What the task asks
Copy out exactly the lines below that run from the one holding "#102=EDGE_CURVE('',#100,#82,#101,.T.);" to the one holding "#108=ORIENTED_EDGE('',*,*,#107,.F.);", keeping both of those lines and no others.

[Saved data entries]

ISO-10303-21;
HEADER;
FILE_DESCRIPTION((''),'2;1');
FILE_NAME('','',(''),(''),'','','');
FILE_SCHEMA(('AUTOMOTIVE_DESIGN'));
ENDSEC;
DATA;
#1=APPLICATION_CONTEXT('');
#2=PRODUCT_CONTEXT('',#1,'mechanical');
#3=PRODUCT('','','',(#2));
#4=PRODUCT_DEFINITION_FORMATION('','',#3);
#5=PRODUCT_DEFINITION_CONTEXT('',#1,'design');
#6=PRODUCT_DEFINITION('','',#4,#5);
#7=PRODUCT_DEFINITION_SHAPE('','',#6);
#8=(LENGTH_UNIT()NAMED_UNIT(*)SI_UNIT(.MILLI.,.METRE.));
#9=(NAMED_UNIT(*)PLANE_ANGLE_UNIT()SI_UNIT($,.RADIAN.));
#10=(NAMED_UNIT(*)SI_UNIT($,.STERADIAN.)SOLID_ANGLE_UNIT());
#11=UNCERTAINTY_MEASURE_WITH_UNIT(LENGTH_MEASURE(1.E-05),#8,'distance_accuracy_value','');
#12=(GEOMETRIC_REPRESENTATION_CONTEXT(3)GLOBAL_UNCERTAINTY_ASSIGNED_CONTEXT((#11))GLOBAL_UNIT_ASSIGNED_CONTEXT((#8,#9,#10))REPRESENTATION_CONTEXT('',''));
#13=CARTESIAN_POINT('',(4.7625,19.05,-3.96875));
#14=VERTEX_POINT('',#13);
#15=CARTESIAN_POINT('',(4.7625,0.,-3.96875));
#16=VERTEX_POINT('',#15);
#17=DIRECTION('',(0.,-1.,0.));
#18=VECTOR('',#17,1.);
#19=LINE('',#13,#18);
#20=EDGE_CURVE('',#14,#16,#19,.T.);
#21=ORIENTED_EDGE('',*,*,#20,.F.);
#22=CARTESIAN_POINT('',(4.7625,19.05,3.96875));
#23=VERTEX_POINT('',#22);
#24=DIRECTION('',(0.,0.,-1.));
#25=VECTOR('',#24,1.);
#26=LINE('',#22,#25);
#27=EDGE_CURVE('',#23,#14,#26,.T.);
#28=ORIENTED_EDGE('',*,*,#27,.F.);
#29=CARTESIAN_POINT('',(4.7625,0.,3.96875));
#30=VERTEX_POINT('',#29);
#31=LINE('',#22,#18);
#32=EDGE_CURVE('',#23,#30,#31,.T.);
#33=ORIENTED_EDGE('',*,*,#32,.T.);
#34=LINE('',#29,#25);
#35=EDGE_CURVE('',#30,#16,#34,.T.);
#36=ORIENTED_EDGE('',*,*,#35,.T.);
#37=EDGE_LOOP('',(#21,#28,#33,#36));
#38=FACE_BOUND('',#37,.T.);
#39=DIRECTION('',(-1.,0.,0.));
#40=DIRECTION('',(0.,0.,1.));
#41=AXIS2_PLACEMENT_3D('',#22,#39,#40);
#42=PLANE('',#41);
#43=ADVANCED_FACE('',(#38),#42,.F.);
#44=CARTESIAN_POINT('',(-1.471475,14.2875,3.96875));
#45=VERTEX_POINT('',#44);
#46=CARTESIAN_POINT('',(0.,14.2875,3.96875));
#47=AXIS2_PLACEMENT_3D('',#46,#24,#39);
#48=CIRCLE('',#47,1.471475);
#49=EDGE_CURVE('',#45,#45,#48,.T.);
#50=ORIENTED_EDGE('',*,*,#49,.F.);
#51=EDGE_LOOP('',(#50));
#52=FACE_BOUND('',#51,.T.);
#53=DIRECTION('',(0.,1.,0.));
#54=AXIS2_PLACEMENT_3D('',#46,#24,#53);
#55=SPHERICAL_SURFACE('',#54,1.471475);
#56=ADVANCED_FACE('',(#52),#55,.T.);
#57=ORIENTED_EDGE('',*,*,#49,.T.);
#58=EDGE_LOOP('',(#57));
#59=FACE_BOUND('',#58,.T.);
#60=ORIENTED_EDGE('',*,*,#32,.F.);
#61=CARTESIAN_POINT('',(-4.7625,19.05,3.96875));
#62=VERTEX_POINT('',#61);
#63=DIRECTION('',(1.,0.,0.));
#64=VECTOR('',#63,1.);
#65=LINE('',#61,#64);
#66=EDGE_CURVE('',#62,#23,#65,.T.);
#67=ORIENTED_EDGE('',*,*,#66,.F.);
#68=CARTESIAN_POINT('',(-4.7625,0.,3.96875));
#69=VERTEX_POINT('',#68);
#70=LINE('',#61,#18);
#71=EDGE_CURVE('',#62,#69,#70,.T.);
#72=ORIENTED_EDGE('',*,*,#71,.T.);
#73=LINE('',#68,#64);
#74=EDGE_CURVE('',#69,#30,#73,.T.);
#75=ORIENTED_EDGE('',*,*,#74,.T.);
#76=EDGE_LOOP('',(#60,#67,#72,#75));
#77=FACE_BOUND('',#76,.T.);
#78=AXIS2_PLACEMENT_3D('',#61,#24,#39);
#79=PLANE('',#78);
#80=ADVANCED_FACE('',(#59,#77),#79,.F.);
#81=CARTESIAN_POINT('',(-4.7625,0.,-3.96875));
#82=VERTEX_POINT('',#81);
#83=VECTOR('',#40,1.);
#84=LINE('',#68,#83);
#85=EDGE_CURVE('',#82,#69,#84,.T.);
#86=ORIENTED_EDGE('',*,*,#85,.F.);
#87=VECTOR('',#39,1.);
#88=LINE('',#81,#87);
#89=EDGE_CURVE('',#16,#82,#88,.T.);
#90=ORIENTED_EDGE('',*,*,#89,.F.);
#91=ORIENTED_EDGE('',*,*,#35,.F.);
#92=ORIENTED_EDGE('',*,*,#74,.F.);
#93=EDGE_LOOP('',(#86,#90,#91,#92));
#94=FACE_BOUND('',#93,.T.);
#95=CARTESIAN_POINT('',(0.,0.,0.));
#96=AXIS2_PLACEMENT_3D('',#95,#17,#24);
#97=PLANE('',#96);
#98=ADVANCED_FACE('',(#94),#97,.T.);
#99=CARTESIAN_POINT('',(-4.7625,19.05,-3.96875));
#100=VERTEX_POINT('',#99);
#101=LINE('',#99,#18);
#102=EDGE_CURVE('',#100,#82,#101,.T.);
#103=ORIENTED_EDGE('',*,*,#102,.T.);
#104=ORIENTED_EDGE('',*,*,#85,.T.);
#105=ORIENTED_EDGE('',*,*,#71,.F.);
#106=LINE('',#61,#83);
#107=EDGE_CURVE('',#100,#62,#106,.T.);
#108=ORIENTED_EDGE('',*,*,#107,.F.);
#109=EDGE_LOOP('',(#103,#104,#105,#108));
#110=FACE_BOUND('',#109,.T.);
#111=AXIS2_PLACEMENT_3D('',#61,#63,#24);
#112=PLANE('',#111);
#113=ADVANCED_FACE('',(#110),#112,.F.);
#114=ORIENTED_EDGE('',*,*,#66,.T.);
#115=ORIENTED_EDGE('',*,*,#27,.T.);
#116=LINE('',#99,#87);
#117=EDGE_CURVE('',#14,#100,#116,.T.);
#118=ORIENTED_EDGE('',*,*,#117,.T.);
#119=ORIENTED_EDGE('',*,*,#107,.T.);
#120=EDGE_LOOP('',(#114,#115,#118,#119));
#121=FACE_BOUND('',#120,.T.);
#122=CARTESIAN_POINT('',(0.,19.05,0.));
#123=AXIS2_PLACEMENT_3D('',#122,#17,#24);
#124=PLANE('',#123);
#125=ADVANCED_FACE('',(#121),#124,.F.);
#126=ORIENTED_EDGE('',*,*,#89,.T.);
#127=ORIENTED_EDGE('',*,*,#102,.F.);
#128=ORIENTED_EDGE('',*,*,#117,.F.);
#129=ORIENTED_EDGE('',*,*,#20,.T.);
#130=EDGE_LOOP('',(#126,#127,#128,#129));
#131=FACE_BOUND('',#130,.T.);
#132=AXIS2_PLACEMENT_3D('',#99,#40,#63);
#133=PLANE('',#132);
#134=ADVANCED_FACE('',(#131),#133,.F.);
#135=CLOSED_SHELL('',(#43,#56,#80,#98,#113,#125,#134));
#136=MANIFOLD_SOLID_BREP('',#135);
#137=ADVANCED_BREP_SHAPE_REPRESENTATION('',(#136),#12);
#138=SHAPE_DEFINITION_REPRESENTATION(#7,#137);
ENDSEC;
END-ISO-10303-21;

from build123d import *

# Parameters (mm, degrees)
SKETCH1_W           = 9.525
SKETCH1_H           = 7.9375
BOSS_EXTRUDE1_DEPTH = 19.05


with BuildPart() as part:
    # Sketch1 → Boss-Extrude1 (new body)
    with BuildSketch(Plane(origin=(0, 0, 0), x_dir=(1, 0, 0), z_dir=(0, 1, 0))):
        Rectangle(SKETCH1_W, SKETCH1_H)
    extrude(amount=BOSS_EXTRUDE1_DEPTH)

    # Sketch3 → Revolve1 (revolve)
    with BuildSketch(Plane(origin=(0, 0, 0), x_dir=(0, 0, -1), z_dir=(1, 0, 0))):
        with BuildLine():
            Line((-3.96875, 14.2875), (-3.96875, 15.758974771))
            ThreePointArc((-3.96875, 15.758974771), (-5.009239789, 15.327989789), (-5.440224771, 14.2875))
            Line((-5.440224771, 14.2875), (-3.96875, 14.2875))
        make_face()
    revolve(axis=Axis((0, 14.2875, 3.96875), (0, 0, 1)))


solid = part.part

Task result
#102=EDGE_CURVE('',#100,#82,#101,.T.);
#103=ORIENTED_EDGE('',*,*,#102,.T.);
#104=ORIENTED_EDGE('',*,*,#85,.T.);
#105=ORIENTED_EDGE('',*,*,#71,.F.);
#106=LINE('',#61,#83);
#107=EDGE_CURVE('',#100,#62,#106,.T.);
#108=ORIENTED_EDGE('',*,*,#107,.F.);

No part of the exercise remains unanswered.